# If near end of recording and stop watching you lose your place.



## daisyrunr (Jan 16, 2011)

Would love to have an option to turn off the feature where if you're near the end of a recording and have to stop watching (left arrow back to main menu), it asks if you want to delete or keep the recording. If you keep it and want to watch the end of your show later, you then have to fast forward to where you were watching. My husband and I both have our own Tivo's and we both are really annoyed with this. Sometimes you do need to stop watching when you're in the last 5 minutes or so of your show and you want to come back to it later.


----------



## HerronScott (Jan 1, 2002)

When you start playing the show you can hit the advance button to go to the end and then rewind from there.

Scott


----------



## akeetontcf (Jan 3, 2011)

When within the last 5 minutes or so if you press pause first you can then press the left arrow or Tivo key. Almost always the position near the end will be retained for resuming play later.
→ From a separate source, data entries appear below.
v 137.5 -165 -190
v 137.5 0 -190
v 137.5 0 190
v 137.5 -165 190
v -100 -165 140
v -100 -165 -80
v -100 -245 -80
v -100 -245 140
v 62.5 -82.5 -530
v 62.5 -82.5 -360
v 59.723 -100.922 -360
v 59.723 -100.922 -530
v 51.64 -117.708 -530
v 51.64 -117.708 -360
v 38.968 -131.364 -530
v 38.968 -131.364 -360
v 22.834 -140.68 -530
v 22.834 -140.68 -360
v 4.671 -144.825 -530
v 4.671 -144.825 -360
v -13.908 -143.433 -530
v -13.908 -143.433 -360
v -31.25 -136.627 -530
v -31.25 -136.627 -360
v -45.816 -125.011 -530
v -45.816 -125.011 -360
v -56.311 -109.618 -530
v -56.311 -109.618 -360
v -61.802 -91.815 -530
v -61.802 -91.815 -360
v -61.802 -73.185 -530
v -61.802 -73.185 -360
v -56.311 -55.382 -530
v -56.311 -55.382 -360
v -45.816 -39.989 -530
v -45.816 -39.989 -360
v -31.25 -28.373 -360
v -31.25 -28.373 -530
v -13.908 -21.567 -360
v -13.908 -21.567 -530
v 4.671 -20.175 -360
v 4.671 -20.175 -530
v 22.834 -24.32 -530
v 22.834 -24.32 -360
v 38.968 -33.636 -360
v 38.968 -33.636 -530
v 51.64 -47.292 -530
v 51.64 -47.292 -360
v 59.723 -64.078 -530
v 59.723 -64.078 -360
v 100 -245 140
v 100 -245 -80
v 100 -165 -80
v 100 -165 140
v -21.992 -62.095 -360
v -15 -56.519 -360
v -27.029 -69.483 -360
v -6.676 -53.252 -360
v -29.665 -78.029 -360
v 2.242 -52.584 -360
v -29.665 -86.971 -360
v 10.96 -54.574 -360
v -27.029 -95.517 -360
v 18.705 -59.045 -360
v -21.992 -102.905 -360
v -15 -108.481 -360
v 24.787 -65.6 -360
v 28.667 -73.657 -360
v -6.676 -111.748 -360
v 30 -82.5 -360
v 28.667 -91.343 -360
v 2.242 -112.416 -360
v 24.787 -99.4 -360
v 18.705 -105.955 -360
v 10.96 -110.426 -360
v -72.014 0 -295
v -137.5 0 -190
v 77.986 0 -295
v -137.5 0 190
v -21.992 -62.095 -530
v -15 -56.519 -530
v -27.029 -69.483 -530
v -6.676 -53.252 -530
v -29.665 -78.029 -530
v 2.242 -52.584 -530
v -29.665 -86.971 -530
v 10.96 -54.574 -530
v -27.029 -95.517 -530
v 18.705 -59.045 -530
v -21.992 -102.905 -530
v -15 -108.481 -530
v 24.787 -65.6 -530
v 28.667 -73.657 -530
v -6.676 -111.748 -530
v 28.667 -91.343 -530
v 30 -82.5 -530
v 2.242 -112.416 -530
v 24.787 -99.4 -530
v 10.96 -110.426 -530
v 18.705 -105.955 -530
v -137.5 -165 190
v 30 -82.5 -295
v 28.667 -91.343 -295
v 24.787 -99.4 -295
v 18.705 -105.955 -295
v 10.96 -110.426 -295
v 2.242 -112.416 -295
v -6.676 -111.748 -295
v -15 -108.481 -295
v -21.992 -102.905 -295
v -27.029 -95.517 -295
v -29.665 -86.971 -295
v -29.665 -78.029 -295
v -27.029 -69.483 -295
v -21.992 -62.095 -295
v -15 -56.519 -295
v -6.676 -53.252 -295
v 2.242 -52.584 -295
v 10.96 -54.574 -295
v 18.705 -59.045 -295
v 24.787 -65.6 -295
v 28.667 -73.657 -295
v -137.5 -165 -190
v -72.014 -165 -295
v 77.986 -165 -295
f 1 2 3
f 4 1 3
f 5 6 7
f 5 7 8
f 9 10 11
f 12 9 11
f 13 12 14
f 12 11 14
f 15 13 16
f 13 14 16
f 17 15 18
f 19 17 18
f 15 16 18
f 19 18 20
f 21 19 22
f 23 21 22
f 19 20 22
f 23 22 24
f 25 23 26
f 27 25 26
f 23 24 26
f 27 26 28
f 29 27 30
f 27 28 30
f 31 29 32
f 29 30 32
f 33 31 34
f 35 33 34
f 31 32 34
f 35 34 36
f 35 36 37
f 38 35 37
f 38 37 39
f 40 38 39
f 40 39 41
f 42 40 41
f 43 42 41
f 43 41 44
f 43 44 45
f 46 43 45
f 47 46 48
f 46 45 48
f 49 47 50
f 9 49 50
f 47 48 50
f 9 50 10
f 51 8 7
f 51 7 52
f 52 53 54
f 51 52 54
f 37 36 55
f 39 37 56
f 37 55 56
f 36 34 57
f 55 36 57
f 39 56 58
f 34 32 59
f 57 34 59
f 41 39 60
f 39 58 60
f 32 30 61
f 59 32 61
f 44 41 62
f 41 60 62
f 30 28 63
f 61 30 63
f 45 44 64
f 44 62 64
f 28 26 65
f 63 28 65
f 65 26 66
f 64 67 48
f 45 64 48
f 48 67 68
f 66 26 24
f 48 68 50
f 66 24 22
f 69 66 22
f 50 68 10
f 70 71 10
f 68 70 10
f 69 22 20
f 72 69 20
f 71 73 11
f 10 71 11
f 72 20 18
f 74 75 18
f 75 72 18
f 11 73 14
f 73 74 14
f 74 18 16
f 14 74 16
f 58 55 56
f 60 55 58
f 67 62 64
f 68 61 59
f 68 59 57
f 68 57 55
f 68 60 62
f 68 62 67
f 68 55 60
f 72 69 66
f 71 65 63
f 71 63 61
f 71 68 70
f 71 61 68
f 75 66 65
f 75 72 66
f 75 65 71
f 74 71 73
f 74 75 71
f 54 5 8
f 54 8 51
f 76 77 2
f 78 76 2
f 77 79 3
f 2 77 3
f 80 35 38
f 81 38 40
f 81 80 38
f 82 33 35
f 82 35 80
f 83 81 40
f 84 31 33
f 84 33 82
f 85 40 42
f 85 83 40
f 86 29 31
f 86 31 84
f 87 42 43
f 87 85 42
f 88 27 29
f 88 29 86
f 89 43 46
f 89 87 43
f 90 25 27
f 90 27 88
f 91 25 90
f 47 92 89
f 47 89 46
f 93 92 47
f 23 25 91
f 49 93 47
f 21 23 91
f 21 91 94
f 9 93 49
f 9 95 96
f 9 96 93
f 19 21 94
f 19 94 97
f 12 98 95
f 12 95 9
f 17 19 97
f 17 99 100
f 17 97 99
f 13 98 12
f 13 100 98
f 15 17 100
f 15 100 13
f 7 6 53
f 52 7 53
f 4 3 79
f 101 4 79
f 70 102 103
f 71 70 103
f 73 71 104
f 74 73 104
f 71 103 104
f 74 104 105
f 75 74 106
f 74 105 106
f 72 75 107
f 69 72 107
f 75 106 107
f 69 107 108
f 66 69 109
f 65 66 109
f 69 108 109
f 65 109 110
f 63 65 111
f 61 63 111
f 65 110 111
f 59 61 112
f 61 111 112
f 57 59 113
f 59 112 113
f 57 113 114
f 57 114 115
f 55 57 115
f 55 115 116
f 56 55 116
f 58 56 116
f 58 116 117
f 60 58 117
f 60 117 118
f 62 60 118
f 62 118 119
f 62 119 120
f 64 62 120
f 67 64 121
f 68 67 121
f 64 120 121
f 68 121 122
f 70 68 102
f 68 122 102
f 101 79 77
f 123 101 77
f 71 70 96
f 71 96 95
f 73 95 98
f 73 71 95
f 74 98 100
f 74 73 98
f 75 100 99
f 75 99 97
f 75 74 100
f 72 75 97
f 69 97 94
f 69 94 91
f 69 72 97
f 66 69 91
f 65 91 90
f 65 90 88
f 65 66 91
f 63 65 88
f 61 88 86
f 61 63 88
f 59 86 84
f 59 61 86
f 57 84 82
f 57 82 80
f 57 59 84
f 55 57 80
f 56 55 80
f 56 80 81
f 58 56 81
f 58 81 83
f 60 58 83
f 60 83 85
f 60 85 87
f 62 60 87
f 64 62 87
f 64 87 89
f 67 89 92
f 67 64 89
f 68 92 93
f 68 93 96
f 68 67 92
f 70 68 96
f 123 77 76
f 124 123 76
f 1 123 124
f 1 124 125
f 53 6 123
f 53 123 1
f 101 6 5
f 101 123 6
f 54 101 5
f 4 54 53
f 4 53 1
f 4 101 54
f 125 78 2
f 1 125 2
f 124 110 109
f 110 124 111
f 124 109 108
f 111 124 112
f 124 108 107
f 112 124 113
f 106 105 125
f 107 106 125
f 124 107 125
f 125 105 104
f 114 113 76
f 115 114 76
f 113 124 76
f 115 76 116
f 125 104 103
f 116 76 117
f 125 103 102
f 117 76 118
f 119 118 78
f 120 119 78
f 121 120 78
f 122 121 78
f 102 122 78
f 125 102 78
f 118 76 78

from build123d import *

# Parameters (mm, degrees)
F1_DEPTH = 165
F7_R     = 30
F2_DEPTH = 65
F3_R     = 62.5
F3_R_2   = 30
F4_DEPTH = 170
F5_W     = 200
F5_H     = 220
F6_DEPTH = 80


with BuildPart() as f1:
    # F0 (on Front) → F1 (new body)
    with BuildSketch(Plane.XZ):
        Polygon((137.5, -190), (137.5, 190), (-137.5, 190), (-137.5, -190), (-72.013795, -295), (77.986205, -295), align=None)
    extrude(amount=F1_DEPTH)

    # F7 (on face) → F2 (join)
    with BuildSketch(Plane(origin=(0, 0, -295), x_dir=(1, 0, 0), z_dir=(0, 0, -1))):
        with Locations((0, 82.5)):
            Circle(F7_R)
    extrude(amount=F2_DEPTH)

    # F3 (on face) → F4 (join)
    with BuildSketch(Plane(origin=(0, 0, -360), x_dir=(1, 0, 0), z_dir=(0, 0, -1))):
        with Locations((0, 82.5)):
            Circle(F3_R)
        with Locations((0, 82.5)):
            Circle(F3_R_2, mode=Mode.SUBTRACT)
    extrude(amount=F4_DEPTH)

    # F5 (on face) → F6 (join)
    with BuildSketch(Plane.XZ.offset(165)):
        with Locations((0, 30)):
            Rectangle(F5_W, F5_H)
    extrude(amount=F6_DEPTH)


solid = f1.part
Also, if you forget to pause and are presented the "Delete this recording?" screen you can press the replay key and get back into the program where you left off. Then you can press the pause and left arrow or Tivo key and resume play later. 

I'm also annoyed by this losing of position near the end and know it has been that way since the Series 2 was new. I doubt that it will ever be changed.


----------



## daisyrunr (Jan 16, 2011)

Thanks so much for the tips. Will definitely try these!!


----------